Skip to main content

Module preprocessor

Module preprocessor 

Source
Expand description

OCR denoising and markdown-table cleanup for text chunks. Pluggable text preprocessor infrastructure.

Preprocessors run as a sequential pipeline inside crate::chunking::SlidingWindowChunker before tokenization. Each preprocessor receives the text of a section and returns either Some(transformed) or None.

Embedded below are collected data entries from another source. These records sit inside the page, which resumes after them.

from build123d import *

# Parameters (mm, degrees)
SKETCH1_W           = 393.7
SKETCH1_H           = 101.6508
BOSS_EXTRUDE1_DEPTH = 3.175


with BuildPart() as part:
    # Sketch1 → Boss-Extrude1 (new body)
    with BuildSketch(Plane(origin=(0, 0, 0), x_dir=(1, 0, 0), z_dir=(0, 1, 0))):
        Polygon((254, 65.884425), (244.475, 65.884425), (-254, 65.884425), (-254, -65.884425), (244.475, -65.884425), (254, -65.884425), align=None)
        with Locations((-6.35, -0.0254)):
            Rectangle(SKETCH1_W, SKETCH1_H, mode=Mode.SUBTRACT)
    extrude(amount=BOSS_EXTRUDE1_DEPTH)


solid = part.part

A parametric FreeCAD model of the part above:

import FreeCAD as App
import Part
import Sketcher
from FreeCAD import Vector
Q = App.Units.Quantity

doc = App.newDocument("Part")
body = doc.addObject("PartDesign::Body", "Body")

# Sketch on XZ plane
sketch1 = doc.addObject("Sketcher::SketchObject", "Sketch")
body.addObject(sketch1)
sketch1.AttachmentSupport = (doc.XZ_Plane, [""])
sketch1.MapMode = "FlatFace"
sketch1.addGeometry(Part.LineSegment(Vector(254, -65.884425, 0), Vector(-254, -65.884425, 0)), False)
sketch1.addGeometry(Part.LineSegment(Vector(-254, -65.884425, 0), Vector(-254, 65.884425, 0)), False)
sketch1.addGeometry(Part.LineSegment(Vector(-254, 65.884425, 0), Vector(254, 65.884425, 0)), False)
sketch1.addGeometry(Part.LineSegment(Vector(254, 65.884425, 0), Vector(254, -65.884425, 0)), False)
sketch1.addGeometry(Part.LineSegment(Vector(190.5, 50.8508, 0), Vector(-203.2, 50.8508, 0)), False)
sketch1.addGeometry(Part.LineSegment(Vector(-203.2, 50.8508, 0), Vector(-203.2, -50.8, 0)), False)
sketch1.addGeometry(Part.LineSegment(Vector(-203.2, -50.8, 0), Vector(190.5, -50.8, 0)), False)
sketch1.addGeometry(Part.LineSegment(Vector(190.5, -50.8, 0), Vector(190.5, 50.8508, 0)), False)
sketch1.addConstraint(Sketcher.Constraint("Coincident", 0, 2, 1, 1))
sketch1.addConstraint(Sketcher.Constraint("Coincident", 1, 2, 2, 1))
sketch1.addConstraint(Sketcher.Constraint("Coincident", 2, 2, 3, 1))
sketch1.addConstraint(Sketcher.Constraint("Coincident", 3, 2, 0, 1))
sketch1.addConstraint(Sketcher.Constraint("Coincident", 4, 2, 5, 1))
sketch1.addConstraint(Sketcher.Constraint("Coincident", 5, 2, 6, 1))
sketch1.addConstraint(Sketcher.Constraint("Coincident", 6, 2, 7, 1))
sketch1.addConstraint(Sketcher.Constraint("Coincident", 7, 2, 4, 1))
sketch1.addConstraint(Sketcher.Constraint("Horizontal", 0))
sketch1.addConstraint(Sketcher.Constraint("Vertical", 1))
sketch1.addConstraint(Sketcher.Constraint("Horizontal", 2))
sketch1.addConstraint(Sketcher.Constraint("Vertical", 3))
sketch1.addConstraint(Sketcher.Constraint("Horizontal", 4))
sketch1.addConstraint(Sketcher.Constraint("Vertical", 5))
sketch1.addConstraint(Sketcher.Constraint("Horizontal", 6))
sketch1.addConstraint(Sketcher.Constraint("Vertical", 7))
sketch1.addConstraint(Sketcher.Constraint("Symmetric", 0, 2, 2, 2, -1, 1))
sketch1.addConstraint(Sketcher.Constraint("DistanceX", 0, 2, 0, 1, Q("20 in")))
sketch1.addConstraint(Sketcher.Constraint("DistanceX", 4, 2, 4, 1, Q("15.5 in")))
sketch1.addConstraint(Sketcher.Constraint("DistanceX", 4, 2, -1, 1, Q("8 in")))
sketch1.addConstraint(Sketcher.Constraint("DistanceY", 5, 2, -1, 1, Q("2 in")))
sketch1.addConstraint(Sketcher.Constraint("DistanceY", 5, 2, 5, 1, Q("4.002 in")))
sketch1.addConstraint(Sketcher.Constraint("DistanceY", 1, 1, 1, 2, Q("131.76885 mm")))
pad1 = doc.addObject("PartDesign::Pad", "Pad")
body.addObject(pad1)
pad1.Profile = sketch1
pad1.Length = Q("0.125 in")
pad1.Reversed = True

doc.recompute()
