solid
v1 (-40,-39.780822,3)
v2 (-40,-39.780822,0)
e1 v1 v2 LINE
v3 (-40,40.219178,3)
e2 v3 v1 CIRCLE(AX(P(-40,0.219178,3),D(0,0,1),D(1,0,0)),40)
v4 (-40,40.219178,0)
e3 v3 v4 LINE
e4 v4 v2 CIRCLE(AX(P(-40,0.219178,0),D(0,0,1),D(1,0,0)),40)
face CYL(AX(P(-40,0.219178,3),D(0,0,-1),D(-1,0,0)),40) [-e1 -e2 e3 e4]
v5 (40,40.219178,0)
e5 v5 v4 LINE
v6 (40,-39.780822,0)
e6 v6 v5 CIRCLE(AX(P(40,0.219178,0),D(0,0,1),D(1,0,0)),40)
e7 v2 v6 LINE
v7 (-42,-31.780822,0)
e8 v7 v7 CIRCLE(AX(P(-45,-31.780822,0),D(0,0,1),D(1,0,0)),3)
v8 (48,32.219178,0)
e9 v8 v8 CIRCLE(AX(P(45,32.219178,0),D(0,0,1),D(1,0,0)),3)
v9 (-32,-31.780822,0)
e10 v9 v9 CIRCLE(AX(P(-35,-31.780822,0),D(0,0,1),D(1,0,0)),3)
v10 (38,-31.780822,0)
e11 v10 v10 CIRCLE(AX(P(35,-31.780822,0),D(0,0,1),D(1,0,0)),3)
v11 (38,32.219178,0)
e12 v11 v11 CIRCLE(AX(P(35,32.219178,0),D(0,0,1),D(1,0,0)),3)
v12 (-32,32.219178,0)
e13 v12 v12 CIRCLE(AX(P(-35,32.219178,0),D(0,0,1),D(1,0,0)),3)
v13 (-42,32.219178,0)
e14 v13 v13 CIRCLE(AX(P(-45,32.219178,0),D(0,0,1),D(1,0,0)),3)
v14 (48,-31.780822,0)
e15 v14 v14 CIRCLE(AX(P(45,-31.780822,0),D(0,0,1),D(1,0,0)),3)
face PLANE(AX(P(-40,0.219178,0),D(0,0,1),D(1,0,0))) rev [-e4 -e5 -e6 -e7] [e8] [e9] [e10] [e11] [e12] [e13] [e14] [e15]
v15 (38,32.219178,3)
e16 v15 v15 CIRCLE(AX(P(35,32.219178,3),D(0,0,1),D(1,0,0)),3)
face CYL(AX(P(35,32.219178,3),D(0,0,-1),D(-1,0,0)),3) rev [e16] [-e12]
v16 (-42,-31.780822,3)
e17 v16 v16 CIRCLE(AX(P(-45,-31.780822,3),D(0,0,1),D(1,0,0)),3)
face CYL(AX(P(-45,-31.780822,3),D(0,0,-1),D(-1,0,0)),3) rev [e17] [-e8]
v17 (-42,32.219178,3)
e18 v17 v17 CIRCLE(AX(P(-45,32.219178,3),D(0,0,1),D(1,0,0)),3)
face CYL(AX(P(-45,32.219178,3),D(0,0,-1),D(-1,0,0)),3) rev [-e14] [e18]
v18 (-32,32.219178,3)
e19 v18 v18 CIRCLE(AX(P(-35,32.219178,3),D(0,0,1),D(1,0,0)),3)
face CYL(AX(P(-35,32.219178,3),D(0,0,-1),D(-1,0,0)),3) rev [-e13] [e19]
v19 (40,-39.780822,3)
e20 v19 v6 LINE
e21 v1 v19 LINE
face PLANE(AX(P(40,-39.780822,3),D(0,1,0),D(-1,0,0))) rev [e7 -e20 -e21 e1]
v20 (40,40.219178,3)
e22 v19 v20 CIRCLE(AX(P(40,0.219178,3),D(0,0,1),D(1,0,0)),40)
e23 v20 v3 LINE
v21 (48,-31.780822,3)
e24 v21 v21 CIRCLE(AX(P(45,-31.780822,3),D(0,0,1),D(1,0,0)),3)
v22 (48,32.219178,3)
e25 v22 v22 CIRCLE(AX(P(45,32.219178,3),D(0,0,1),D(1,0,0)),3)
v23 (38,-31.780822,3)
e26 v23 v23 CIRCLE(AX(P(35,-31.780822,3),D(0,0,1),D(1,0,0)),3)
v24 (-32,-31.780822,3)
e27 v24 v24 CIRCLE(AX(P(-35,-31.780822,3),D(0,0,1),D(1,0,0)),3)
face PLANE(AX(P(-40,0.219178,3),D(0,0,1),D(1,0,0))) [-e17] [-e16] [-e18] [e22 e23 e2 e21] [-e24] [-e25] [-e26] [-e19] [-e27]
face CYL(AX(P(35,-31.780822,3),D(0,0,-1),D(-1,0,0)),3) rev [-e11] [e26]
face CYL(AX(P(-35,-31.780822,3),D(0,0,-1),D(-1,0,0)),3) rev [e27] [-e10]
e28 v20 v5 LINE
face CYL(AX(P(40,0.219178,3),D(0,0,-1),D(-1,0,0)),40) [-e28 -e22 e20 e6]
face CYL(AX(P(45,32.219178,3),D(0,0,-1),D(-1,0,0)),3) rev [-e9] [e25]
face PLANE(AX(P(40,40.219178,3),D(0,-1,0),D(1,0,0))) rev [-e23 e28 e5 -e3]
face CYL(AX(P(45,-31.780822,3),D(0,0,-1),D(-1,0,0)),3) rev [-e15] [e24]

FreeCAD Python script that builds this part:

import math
import FreeCAD as App
import Part
import Sketcher

V = App.Vector

doc = App.newDocument("Part")
body = doc.addObject("PartDesign::Body", "Body")

# Sketch on XY plane
sketch1 = body.newObject("Sketcher::SketchObject", "Sketch")
sketch1.AttachmentSupport = (doc.getObject("XY_Plane"), [""])
sketch1.MapMode = "FlatFace"
sketch1.addGeometry([
    Part.LineSegment(V(40, 40.2, 0), V(-40, 40.2, 0)),  # 0
    Part.ArcOfCircle(Part.Circle(V(-40, 0.2, 0), V(0, 0, 1), 40), math.radians(90), math.radians(270)),  # 1
    Part.LineSegment(V(-40, -39.8, 0), V(40, -39.8, 0)),  # 2
    Part.ArcOfCircle(Part.Circle(V(40, 0.2, 0), V(0, 0, 1), 40), math.radians(-90), math.radians(90)),  # 3
    Part.Circle(V(-45, -31.8, 0), V(0, 0, 1), 3),  # 4
    Part.Circle(V(-35, -31.8, 0), V(0, 0, 1), 3),  # 5
    Part.Circle(V(35, -31.8, 0), V(0, 0, 1), 3),  # 6
    Part.Circle(V(45, -31.8, 0), V(0, 0, 1), 3),  # 7
    Part.Circle(V(-45, 32.2, 0), V(0, 0, 1), 3),  # 8
    Part.Circle(V(-35, 32.2, 0), V(0, 0, 1), 3),  # 9
    Part.Circle(V(35, 32.2, 0), V(0, 0, 1), 3),  # 10
    Part.Circle(V(45, 32.2, 0), V(0, 0, 1), 3),  # 11
], False)
sketch1.addConstraint([
    Sketcher.Constraint("Tangent", 0, 2, 1, 1),
    Sketcher.Constraint("Tangent", 1, 2, 2, 1),
    Sketcher.Constraint("Tangent", 2, 2, 3, 1),
    Sketcher.Constraint("Tangent", 3, 2, 0, 1),
    Sketcher.Constraint("Horizontal", 0),
    Sketcher.Constraint("Horizontal", 2),
    Sketcher.Constraint("Equal", 4, 5),
    Sketcher.Constraint("Equal", 5, 6),
    Sketcher.Constraint("Equal", 6, 7),
    Sketcher.Constraint("Equal", 7, 8),
    Sketcher.Constraint("Equal", 8, 9),
    Sketcher.Constraint("Equal", 9, 10),
    Sketcher.Constraint("Equal", 10, 11),
    Sketcher.Constraint("Symmetric", 5, 3, 6, 3, -2),
    Sketcher.Constraint("Symmetric", 4, 3, 7, 3, -2),
    Sketcher.Constraint("Symmetric", 9, 3, 10, 3, -2),
    Sketcher.Constraint("Symmetric", 8, 3, 11, 3, -2),
    Sketcher.Constraint("Horizontal", 4, 3, 5, 3),
    Sketcher.Constraint("Horizontal", 8, 3, 9, 3),
    Sketcher.Constraint("Vertical", 4, 3, 8, 3),
    Sketcher.Constraint("Vertical", 5, 3, 9, 3),
    Sketcher.Constraint("Diameter", 4, 6.0),
    Sketcher.Constraint("Radius", 1, 40.0),
    Sketcher.Constraint("DistanceX", 0, 2, 0, 1, 80.0),
    Sketcher.Constraint("DistanceX", 1, 3, -1, 1, 40.0),
    Sketcher.Constraint("DistanceX", 4, 3, -1, 1, 45.0),
    Sketcher.Constraint("DistanceX", 5, 3, -1, 1, 35.0),
    Sketcher.Constraint("DistanceY", 4, 3, 1, 3, 32.0),
    Sketcher.Constraint("DistanceY", 1, 3, 8, 3, 32.0),
    Sketcher.Constraint("DistanceY", -1, 1, 1, 3, 0.219178),
])
pad1 = body.newObject("PartDesign::Pad", "Pad")
pad1.Profile = sketch1
pad1.Length = 3

doc.recompute()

A None return from any stage short-circuits the remainder and causes the entire section to be dropped — no chunks are produced from it.

§Registration

Preprocessors are registered on a crate::config::ChunkingStrategy via crate::config::ChunkingStrategy::register_preprocessor:

use triplets_core::{ChunkingStrategy, DenoiserConfig, DenoiserPreprocessor};

let mut strategy = ChunkingStrategy::default();
strategy.register_preprocessor(DenoiserPreprocessor::new(DenoiserConfig {
    enabled: true,
    max_digit_ratio: 0.35,
    strip_markdown: true,
}));

Multiple preprocessors run in registration order; the output of one feeds the next.

Modules§

backends
Built-in preprocessor implementations. Built-in super::TextPreprocessor implementations.

Traits§

TextPreprocessor
Trait for pluggable text preprocessors.